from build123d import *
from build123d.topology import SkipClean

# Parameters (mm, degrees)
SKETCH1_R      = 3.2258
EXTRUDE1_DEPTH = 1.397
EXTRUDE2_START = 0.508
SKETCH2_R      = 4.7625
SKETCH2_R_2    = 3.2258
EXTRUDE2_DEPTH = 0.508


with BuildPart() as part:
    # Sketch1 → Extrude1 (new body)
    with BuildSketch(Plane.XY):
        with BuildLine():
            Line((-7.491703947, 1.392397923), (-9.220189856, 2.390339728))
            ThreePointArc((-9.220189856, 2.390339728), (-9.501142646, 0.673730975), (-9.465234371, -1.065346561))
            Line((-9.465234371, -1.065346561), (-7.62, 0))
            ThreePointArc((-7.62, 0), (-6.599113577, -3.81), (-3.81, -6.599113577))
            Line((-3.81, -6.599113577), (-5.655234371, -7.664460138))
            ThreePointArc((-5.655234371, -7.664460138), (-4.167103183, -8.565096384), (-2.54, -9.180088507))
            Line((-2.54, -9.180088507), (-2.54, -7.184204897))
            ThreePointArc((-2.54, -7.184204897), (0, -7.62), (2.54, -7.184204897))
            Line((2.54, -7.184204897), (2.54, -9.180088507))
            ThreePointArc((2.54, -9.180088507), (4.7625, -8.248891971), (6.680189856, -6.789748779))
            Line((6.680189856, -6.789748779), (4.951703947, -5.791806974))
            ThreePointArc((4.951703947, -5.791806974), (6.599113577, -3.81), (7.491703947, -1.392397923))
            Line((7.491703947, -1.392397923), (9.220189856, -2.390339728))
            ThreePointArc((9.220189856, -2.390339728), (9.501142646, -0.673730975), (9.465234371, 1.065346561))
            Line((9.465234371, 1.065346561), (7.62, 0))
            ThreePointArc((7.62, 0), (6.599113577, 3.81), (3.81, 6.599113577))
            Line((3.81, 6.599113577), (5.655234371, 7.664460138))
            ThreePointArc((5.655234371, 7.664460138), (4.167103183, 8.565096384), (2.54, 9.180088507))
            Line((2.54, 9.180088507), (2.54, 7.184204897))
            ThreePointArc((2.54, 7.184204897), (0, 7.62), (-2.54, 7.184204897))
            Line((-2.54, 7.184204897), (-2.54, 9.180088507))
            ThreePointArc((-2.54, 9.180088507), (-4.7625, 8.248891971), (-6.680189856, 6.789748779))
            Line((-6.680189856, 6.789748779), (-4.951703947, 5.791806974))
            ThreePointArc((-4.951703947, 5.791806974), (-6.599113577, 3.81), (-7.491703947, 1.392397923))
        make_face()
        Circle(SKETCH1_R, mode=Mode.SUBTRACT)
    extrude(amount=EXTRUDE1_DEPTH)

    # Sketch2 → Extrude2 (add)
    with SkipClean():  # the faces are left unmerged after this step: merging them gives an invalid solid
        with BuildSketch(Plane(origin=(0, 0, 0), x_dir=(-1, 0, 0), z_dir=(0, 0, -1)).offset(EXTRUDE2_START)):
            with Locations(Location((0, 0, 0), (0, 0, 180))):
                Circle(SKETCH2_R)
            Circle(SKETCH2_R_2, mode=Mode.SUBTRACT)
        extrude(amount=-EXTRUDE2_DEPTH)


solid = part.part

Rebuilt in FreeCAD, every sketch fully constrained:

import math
import FreeCAD as App
import Part
import Sketcher
from FreeCAD import Vector
Q = App.Units.Quantity

doc = App.newDocument("Part")
body = doc.addObject("PartDesign::Body", "Body")

# Sketch on XY plane
sketch1 = body.newObject("Sketcher::SketchObject", "Sketch")
sketch1.AttachmentSupport = (doc.getObject("XY_Plane"), [""])
sketch1.MapMode = "FlatFace"
sketch1.addGeometry([
    Part.LineSegment(Vector(-7.5, 1.4, 0), Vector(-9.2, 2.4, 0)),  # 0
    Part.ArcOfCircle(Part.Circle(Vector(0, 0, 0), Vector(0, 0, 1), 9.5), math.radians(165), math.radians(186)),  # 1
    Part.LineSegment(Vector(-9.5, -1.1, 0), Vector(-7.6, 0, 0)),  # 2
    Part.ArcOfCircle(Part.Circle(Vector(0, 0, 0), Vector(0, 0, 1), 7.6), math.radians(180), math.radians(240)),  # 3
    Part.LineSegment(Vector(-3.8, -6.6, 0), Vector(-5.7, -7.7, 0)),  # 4
    Part.ArcOfCircle(Part.Circle(Vector(0, 0, 0), Vector(0, 0, 1), 9.5), math.radians(-126), math.radians(-105)),  # 5
    Part.LineSegment(Vector(-2.5, -9.2, 0), Vector(-2.5, -7.2, 0)),  # 6
    Part.ArcOfCircle(Part.Circle(Vector(0, 0, 0), Vector(0, 0, 1), 7.6), math.radians(-109), math.radians(-71)),  # 7
    Part.LineSegment(Vector(2.5, -7.2, 0), Vector(2.5, -9.2, 0)),  # 8
    Part.ArcOfCircle(Part.Circle(Vector(0, 0, 0), Vector(0, 0, 1), 9.5), math.radians(-75), math.radians(-45)),  # 9
    Part.LineSegment(Vector(6.7, -6.8, 0), Vector(5, -5.8, 0)),  # 10
    Part.ArcOfCircle(Part.Circle(Vector(0, 0, 0), Vector(0, 0, 1), 7.6), math.radians(-49), math.radians(-11)),  # 11
    Part.LineSegment(Vector(7.5, -1.4, 0), Vector(9.2, -2.4, 0)),  # 12
    Part.ArcOfCircle(Part.Circle(Vector(0, 0, 0), Vector(0, 0, 1), 9.5), math.radians(-15), math.radians(6)),  # 13
    Part.LineSegment(Vector(9.5, 1.1, 0), Vector(7.6, 0, 0)),  # 14
    Part.ArcOfCircle(Part.Circle(Vector(0, 0, 0), Vector(0, 0, 1), 7.6), math.radians(0), math.radians(60)),  # 15
    Part.LineSegment(Vector(3.8, 6.6, 0), Vector(5.7, 7.7, 0)),  # 16
    Part.ArcOfCircle(Part.Circle(Vector(0, 0, 0), Vector(0, 0, 1), 9.5), math.radians(54), math.radians(75)),  # 17
    Part.LineSegment(Vector(2.5, 9.2, 0), Vector(2.5, 7.2, 0)),  # 18
    Part.ArcOfCircle(Part.Circle(Vector(0, 0, 0), Vector(0, 0, 1), 7.6), math.radians(71), math.radians(109)),  # 19
    Part.LineSegment(Vector(-2.5, 7.2, 0), Vector(-2.5, 9.2, 0)),  # 20
    Part.ArcOfCircle(Part.Circle(Vector(0, 0, 0), Vector(0, 0, 1), 9.5), math.radians(105), math.radians(135)),  # 21
    Part.LineSegment(Vector(-6.7, 6.8, 0), Vector(-5, 5.8, 0)),  # 22
    Part.ArcOfCircle(Part.Circle(Vector(0, 0, 0), Vector(0, 0, 1), 7.6), math.radians(131), math.radians(169)),  # 23
    Part.Circle(Vector(0, 0, 0), Vector(0, 0, 1), 3.2),  # 24
], False)
sketch1.addConstraint([
    Sketcher.Constraint("Coincident", 0, 2, 1, 1),
    Sketcher.Constraint("Coincident", 1, 2, 2, 1),
    Sketcher.Constraint("Coincident", 2, 2, 3, 1),
    Sketcher.Constraint("Coincident", 3, 2, 4, 1),
    Sketcher.Constraint("Coincident", 4, 2, 5, 1),
    Sketcher.Constraint("Coincident", 5, 2, 6, 1),
    Sketcher.Constraint("Coincident", 6, 2, 7, 1),
    Sketcher.Constraint("Coincident", 7, 2, 8, 1),
    Sketcher.Constraint("Coincident", 8, 2, 9, 1),
    Sketcher.Constraint("Coincident", 9, 2, 10, 1),
    Sketcher.Constraint("Coincident", 10, 2, 11, 1),
    Sketcher.Constraint("Coincident", 11, 2, 12, 1),
    Sketcher.Constraint("Coincident", 12, 2, 13, 1),
    Sketcher.Constraint("Coincident", 13, 2, 14, 1),
    Sketcher.Constraint("Coincident", 14, 2, 15, 1),
    Sketcher.Constraint("Coincident", 15, 2, 16, 1),
    Sketcher.Constraint("Coincident", 16, 2, 17, 1),
    Sketcher.Constraint("Coincident", 17, 2, 18, 1),
    Sketcher.Constraint("Coincident", 18, 2, 19, 1),
    Sketcher.Constraint("Coincident", 19, 2, 20, 1),
    Sketcher.Constraint("Coincident", 20, 2, 21, 1),
    Sketcher.Constraint("Coincident", 21, 2, 22, 1),
    Sketcher.Constraint("Coincident", 22, 2, 23, 1),
    Sketcher.Constraint("Coincident", 23, 2, 0, 1),
    Sketcher.Constraint("Vertical", 6),
    Sketcher.Constraint("Vertical", 8),
    Sketcher.Constraint("Vertical", 18),
    Sketcher.Constraint("Vertical", 20),
    Sketcher.Constraint("Coincident", 1, 3, -1, 1),
    Sketcher.Constraint("Coincident", 3, 3, -1, 1),
    Sketcher.Constraint("Coincident", 5, 3, -1, 1),
    Sketcher.Constraint("Coincident", 7, 3, -1, 1),
    Sketcher.Constraint("Coincident", 9, 3, -1, 1),
    Sketcher.Constraint("Coincident", 11, 3, -1, 1),
    Sketcher.Constraint("Coincident", 13, 3, -1, 1),
    Sketcher.Constraint("Coincident", 15, 3, -1, 1),
    Sketcher.Constraint("Coincident", 17, 3, -1, 1),
    Sketcher.Constraint("Coincident", 19, 3, -1, 1),
    Sketcher.Constraint("Coincident", 21, 3, -1, 1),
    Sketcher.Constraint("Coincident", 23, 3, -1, 1),
    Sketcher.Constraint("Coincident", 24, 3, -1, 1),
    Sketcher.Constraint("Equal", 1, 5),
    Sketcher.Constraint("Equal", 3, 7),
    Sketcher.Constraint("Equal", 5, 9),
    Sketcher.Constraint("Equal", 7, 11),
    Sketcher.Constraint("Equal", 9, 13),
    Sketcher.Constraint("Equal", 11, 15),
    Sketcher.Constraint("Equal", 13, 17),
    Sketcher.Constraint("Equal", 15, 19),
    Sketcher.Constraint("Equal", 17, 21),
    Sketcher.Constraint("Equal", 19, 23),
    Sketcher.Constraint("PointOnObject", 2, 2, -1),
    Sketcher.Constraint("PointOnObject", 14, 2, -1),
    Sketcher.Constraint("Parallel", 2, 4),
    Sketcher.Constraint("Parallel", 0, 10),
    Sketcher.Constraint("Parallel", 10, 12),
    Sketcher.Constraint("Parallel", 4, 14),
    Sketcher.Constraint("Parallel", 14, 16),
    Sketcher.Constraint("Parallel", 12, 22),
    Sketcher.Constraint("Horizontal", 6, 2, 7, 2),
    Sketcher.Constraint("Horizontal", 18, 2, 19, 2),
    Sketcher.Constraint("Vertical", 8, 2, 17, 2),
    Sketcher.Constraint("Equal", 2, 4),
    Sketcher.Constraint("Equal", 0, 10),
    Sketcher.Constraint("Equal", 10, 12),
    Sketcher.Constraint("Equal", 14, 16),
    Sketcher.Constraint("Equal", 12, 22),
    Sketcher.Constraint("Radius", 3, Q("0.3 in")),
    Sketcher.Constraint("Diameter", 24, Q("0.254 in")),
    Sketcher.Constraint("Angle", 0, Q("150 deg")),
    Sketcher.Constraint("Angle", 2, Q("30 deg")),
    Sketcher.Constraint("Radius", 1, Q("0.375 in")),
    Sketcher.Constraint("DistanceX", 5, 2, -1, 1, Q("0.1 in")),
    Sketcher.Constraint("DistanceX", 10, 2, 11, 2, Q("0.1 in")),
])
pad1 = body.newObject("PartDesign::Pad", "Pad")
pad1.Profile = sketch1
pad1.Length = Q("0.055 in")

# Sketch on XY plane
sketch2 = body.newObject("Sketcher::SketchObject", "Sketch001")
sketch2.AttachmentSupport = (doc.getObject("XY_Plane"), [""])
sketch2.MapMode = "FlatFace"
sketch2.AttachmentOffset = App.Placement(Vector(0, 0, -0.02 * 25.4), App.Rotation())
sketch2.addGeometry([
    Part.Circle(Vector(0, 0, 0), Vector(0, 0, 1), 4.8),
    Part.Circle(Vector(0, 0, 0), Vector(0, 0, 1), 3.2),
], False)
sketch2.addConstraint([
    Sketcher.Constraint("Coincident", 0, 3, -1, 1),
    Sketcher.Constraint("Coincident", 1, 3, -1, 1),
    Sketcher.Constraint("Diameter", 0, Q("0.375 in")),
    Sketcher.Constraint("Diameter", 1, Q("0.254 in")),
])
pad2 = body.newObject("PartDesign::Pad", "Pad001")
pad2.Profile = sketch2
pad2.Length = Q("0.02 in")

doc.recompute()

▶ [WHAT YOU WILL DO] Go through the listing and copy each line with the string "ThreePointArc".

▶ [SOLUTION]
            ThreePointArc((-9.220189856, 2.390339728), (-9.501142646, 0.673730975), (-9.465234371, -1.065346561))
            ThreePointArc((-7.62, 0), (-6.599113577, -3.81), (-3.81, -6.599113577))
            ThreePointArc((-5.655234371, -7.664460138), (-4.167103183, -8.565096384), (-2.54, -9.180088507))
            ThreePointArc((-2.54, -7.184204897), (0, -7.62), (2.54, -7.184204897))
            ThreePointArc((2.54, -9.180088507), (4.7625, -8.248891971), (6.680189856, -6.789748779))
            ThreePointArc((4.951703947, -5.791806974), (6.599113577, -3.81), (7.491703947, -1.392397923))
            ThreePointArc((9.220189856, -2.390339728), (9.501142646, -0.673730975), (9.465234371, 1.065346561))
            ThreePointArc((7.62, 0), (6.599113577, 3.81), (3.81, 6.599113577))
            ThreePointArc((5.655234371, 7.664460138), (4.167103183, 8.565096384), (2.54, 9.180088507))
            ThreePointArc((2.54, 7.184204897), (0, 7.62), (-2.54, 7.184204897))
            ThreePointArc((-2.54, 9.180088507), (-4.7625, 8.248891971), (-6.680189856, 6.789748779))
            ThreePointArc((-4.951703947, 5.791806974), (-6.599113577, 3.81), (-7.491703947, 1.392397923))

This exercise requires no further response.